Once you have set up your Application Insights as per the rule 'Do you know how to set up Application Insights' and you have your daily failed requests down to zero, you can start looking for performance problems. You will discover that uncovering your performance related problems are relatively straightforward.
The main focus of the first blade is the 'Overview timeline' chart, which gives you a birds eye view of the health of your application.
- Figure: There are 3 spikes to investigate (one on each graph), but which is the most important? Hint: look at the scales!
Developers can see the following insights:
- Number of requests to the server and how many have failed (First blue graph)
- The breakdown of your page load times (Green Graph)
- How the application is scaling under different load types over a given period
- When your key usage peaks occur
Always investigate the spikes first, notice how the two blue ones line up? That should be investigated, however, notice that the green peak is actually at 4 hours. This is definitely the first thing we'll look at.
- Figure: The 'Average of Browser page load time by URL base' graph will highlight the slowest page.
As we can see that a single request took four hours in the 'Average of Browser page load time by URL base' graph, it is important to examine this request.
It would be nice to see the prior week for comparison, however, we're unable to in this section.
- Figure: In this case, the user agent string gives away the cause, Baidu (a Chinese search engine) got stuck and failed to index the page.

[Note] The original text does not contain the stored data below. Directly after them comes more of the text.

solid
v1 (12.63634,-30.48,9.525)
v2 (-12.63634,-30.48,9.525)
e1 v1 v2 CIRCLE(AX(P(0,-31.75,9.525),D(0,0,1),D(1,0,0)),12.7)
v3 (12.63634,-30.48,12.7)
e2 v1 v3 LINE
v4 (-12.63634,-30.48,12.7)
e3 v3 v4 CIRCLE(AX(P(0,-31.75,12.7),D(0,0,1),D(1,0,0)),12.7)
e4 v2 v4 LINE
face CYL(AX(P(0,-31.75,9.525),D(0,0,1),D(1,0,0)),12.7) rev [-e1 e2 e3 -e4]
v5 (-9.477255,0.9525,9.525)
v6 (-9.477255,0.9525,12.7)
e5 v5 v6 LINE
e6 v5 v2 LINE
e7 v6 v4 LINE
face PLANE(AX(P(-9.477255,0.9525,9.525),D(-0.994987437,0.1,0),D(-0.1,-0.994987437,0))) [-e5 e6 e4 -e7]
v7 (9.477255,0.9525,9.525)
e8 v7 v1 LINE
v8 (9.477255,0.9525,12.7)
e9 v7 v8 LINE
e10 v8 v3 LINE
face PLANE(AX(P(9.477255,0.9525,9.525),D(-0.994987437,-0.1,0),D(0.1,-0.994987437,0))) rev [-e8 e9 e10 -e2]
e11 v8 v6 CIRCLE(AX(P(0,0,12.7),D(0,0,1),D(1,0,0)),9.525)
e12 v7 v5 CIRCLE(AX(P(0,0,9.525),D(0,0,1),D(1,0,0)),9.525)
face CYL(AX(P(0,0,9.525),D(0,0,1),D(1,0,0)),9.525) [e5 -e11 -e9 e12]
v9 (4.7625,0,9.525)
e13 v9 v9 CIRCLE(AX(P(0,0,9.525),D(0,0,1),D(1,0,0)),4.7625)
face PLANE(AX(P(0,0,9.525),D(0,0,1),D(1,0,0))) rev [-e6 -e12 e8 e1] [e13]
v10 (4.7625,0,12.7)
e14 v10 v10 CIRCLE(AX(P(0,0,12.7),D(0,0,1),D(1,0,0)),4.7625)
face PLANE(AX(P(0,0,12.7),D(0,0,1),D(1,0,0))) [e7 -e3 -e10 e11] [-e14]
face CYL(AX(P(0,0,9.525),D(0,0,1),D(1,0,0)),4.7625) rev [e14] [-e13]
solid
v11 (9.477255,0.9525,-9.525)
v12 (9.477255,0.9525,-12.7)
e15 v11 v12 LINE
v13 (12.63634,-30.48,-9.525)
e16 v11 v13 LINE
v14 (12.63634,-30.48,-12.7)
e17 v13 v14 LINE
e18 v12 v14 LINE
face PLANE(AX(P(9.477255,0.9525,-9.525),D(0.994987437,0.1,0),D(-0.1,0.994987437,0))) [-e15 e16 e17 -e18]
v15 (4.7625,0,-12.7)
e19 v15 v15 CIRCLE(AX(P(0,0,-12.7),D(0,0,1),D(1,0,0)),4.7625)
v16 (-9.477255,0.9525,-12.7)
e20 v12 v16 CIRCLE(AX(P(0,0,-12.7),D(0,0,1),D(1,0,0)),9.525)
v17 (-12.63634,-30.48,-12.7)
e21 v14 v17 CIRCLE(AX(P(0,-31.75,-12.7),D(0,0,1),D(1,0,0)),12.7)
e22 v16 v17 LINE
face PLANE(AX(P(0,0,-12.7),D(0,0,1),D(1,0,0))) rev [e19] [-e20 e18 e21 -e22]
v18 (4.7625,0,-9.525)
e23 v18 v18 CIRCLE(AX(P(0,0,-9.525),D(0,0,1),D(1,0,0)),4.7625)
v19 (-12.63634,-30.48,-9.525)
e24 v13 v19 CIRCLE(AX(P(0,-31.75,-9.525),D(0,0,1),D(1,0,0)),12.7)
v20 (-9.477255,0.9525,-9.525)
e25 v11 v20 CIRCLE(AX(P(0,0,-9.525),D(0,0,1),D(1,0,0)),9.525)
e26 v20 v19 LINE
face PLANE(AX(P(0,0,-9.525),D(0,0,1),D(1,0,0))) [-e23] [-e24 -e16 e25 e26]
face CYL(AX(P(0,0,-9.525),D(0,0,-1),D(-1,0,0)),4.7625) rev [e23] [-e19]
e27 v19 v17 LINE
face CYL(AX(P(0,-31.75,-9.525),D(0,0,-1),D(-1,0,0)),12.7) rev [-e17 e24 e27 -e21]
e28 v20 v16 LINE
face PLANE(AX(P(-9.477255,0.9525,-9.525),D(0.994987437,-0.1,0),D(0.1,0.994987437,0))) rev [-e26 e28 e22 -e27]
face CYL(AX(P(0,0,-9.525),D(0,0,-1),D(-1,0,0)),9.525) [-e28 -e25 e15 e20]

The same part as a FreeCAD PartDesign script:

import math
import FreeCAD as App
import Part
import Sketcher
from FreeCAD import Vector
Q = App.Units.Quantity

doc = App.newDocument("Part")
body = doc.addObject("PartDesign::Body", "Body")

sketch1 = body.newObject("Sketcher::SketchObject", "Sketch")
sketch1.AttachmentSupport = (doc.getObject("XY_Plane"), [""])
sketch1.MapMode = "FlatFace"
sketch1.AttachmentOffset = App.Placement(Vector(0, 0, 0.5 * 25.4), App.Rotation())
sketch1.addGeometry([
    Part.ArcOfCircle(Part.Circle(Vector(0, 0, 0), Vector(0, 0, 1), 9.5), math.radians(6), math.radians(174)),
    Part.LineSegment(Vector(-9.5, 1, 0), Vector(-12.6, -30.5, 0)),
    Part.ArcOfCircle(Part.Circle(Vector(0, -31.8, 0), Vector(0, 0, 1), 12.7), math.radians(6), math.radians(174)),
    Part.LineSegment(Vector(12.6, -30.5, 0), Vector(9.5, 1, 0)),
    Part.Circle(Vector(0, 0, 0), Vector(0, 0, 1), 4.8),
], False)
sketch1.addConstraint([
    Sketcher.Constraint("Tangent", 0, 2, 1, 1),
    Sketcher.Constraint("Tangent", 1, 2, 2, 2),
    Sketcher.Constraint("Tangent", 2, 1, 3, 1),
    Sketcher.Constraint("Tangent", 3, 2, 0, 1),
    Sketcher.Constraint("Coincident", 0, 3, -1, 1),
    Sketcher.Constraint("Coincident", 4, 3, -1, 1),
    Sketcher.Constraint("PointOnObject", 2, 3, -2),
    Sketcher.Constraint("Radius", 2, Q("0.5 in")),
    Sketcher.Constraint("Diameter", 4, Q("0.375 in")),
    Sketcher.Constraint("Radius", 0, Q("0.375 in")),
    Sketcher.Constraint("DistanceY", 1, 2, -1, 1, Q("1.2 in")),
])
pad1 = body.newObject("PartDesign::Pad", "Pad")
pad1.Profile = sketch1
pad1.Length = Q("0.125 in")
pad1.Reversed = True
body2 = doc.addObject("PartDesign::Body", "Body001")

sketch2 = body2.newObject("Sketcher::SketchObject", "Sketch001")
sketch2.AttachmentSupport = (doc.getObject("XY_Plane001"), [""])
sketch2.MapMode = "FlatFace"
sketch2.AttachmentOffset = App.Placement(Vector(0, 0, -0.5 * 25.4), App.Rotation())
sketch2.addGeometry([
    Part.ArcOfCircle(Part.Circle(Vector(0, 0, 0), Vector(0, 0, 1), 9.5), math.radians(6), math.radians(174)),
    Part.LineSegment(Vector(-9.5, 1, 0), Vector(-12.6, -30.5, 0)),
    Part.ArcOfCircle(Part.Circle(Vector(0, -31.8, 0), Vector(0, 0, 1), 12.7), math.radians(6), math.radians(174)),
    Part.LineSegment(Vector(12.6, -30.5, 0), Vector(9.5, 1, 0)),
    Part.Circle(Vector(0, 0, 0), Vector(0, 0, 1), 4.8),
], False)
sketch2.addConstraint([
    Sketcher.Constraint("Tangent", 0, 2, 1, 1),
    Sketcher.Constraint("Tangent", 1, 2, 2, 2),
    Sketcher.Constraint("Tangent", 2, 1, 3, 1),
    Sketcher.Constraint("Tangent", 3, 2, 0, 1),
    Sketcher.Constraint("Coincident", 0, 3, -1, 1),
    Sketcher.Constraint("Coincident", 4, 3, -1, 1),
    Sketcher.Constraint("PointOnObject", 2, 3, -2),
    Sketcher.Constraint("Radius", 2, Q("0.5 in")),
    Sketcher.Constraint("Diameter", 4, Q("0.375 in")),
    Sketcher.Constraint("Radius", 0, Q("0.375 in")),
    Sketcher.Constraint("DistanceY", 1, 2, -1, 1, Q("1.2 in")),
])
pad2 = body2.newObject("PartDesign::Pad", "Pad001")
pad2.Profile = sketch2
pad2.Length = Q("0.125 in")

doc.recompute()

At this point, we'll create a PBI to investigate the problem and fix it.
(Suggestion to Microsoft, please allow annotating the graph to say we've investigated the spike)
The other spike which requires investigation is in the server response times. To investigate it, click on the blue spike. This will open the Server response blade that allows you to compare the current server performance metrics to the previous weeks.
- Figure: In this case, the most important detail to action is the Get Healthcheck issue. Now you should be able to optimise the slowest pages
In this view, we find performance related issues when the usage graph shows similarities to the previous week but the response times are higher. When this occurs, click and drag on the timeline to select the spike and then click the magnifying glass to ‘zoom in’. This will reload the ‘Average of Server response time by Operation name’ graph with only data for the selected period.
Looking beyond the Average Response Times
High average response times are easy to find and indicate an endpoint that is usually slow - so this is a good metric to start with. But sometimes a low average value can contain many successful fast requests hiding a few much slower requests.
Application insights plots out the distribution of response time values allowing potential issues to be spotted.
Figure: this distribution graph shows that under an average value of 54.9ms, 99% of requests were under 23ms but there were a few requests taking up to 32 seconds!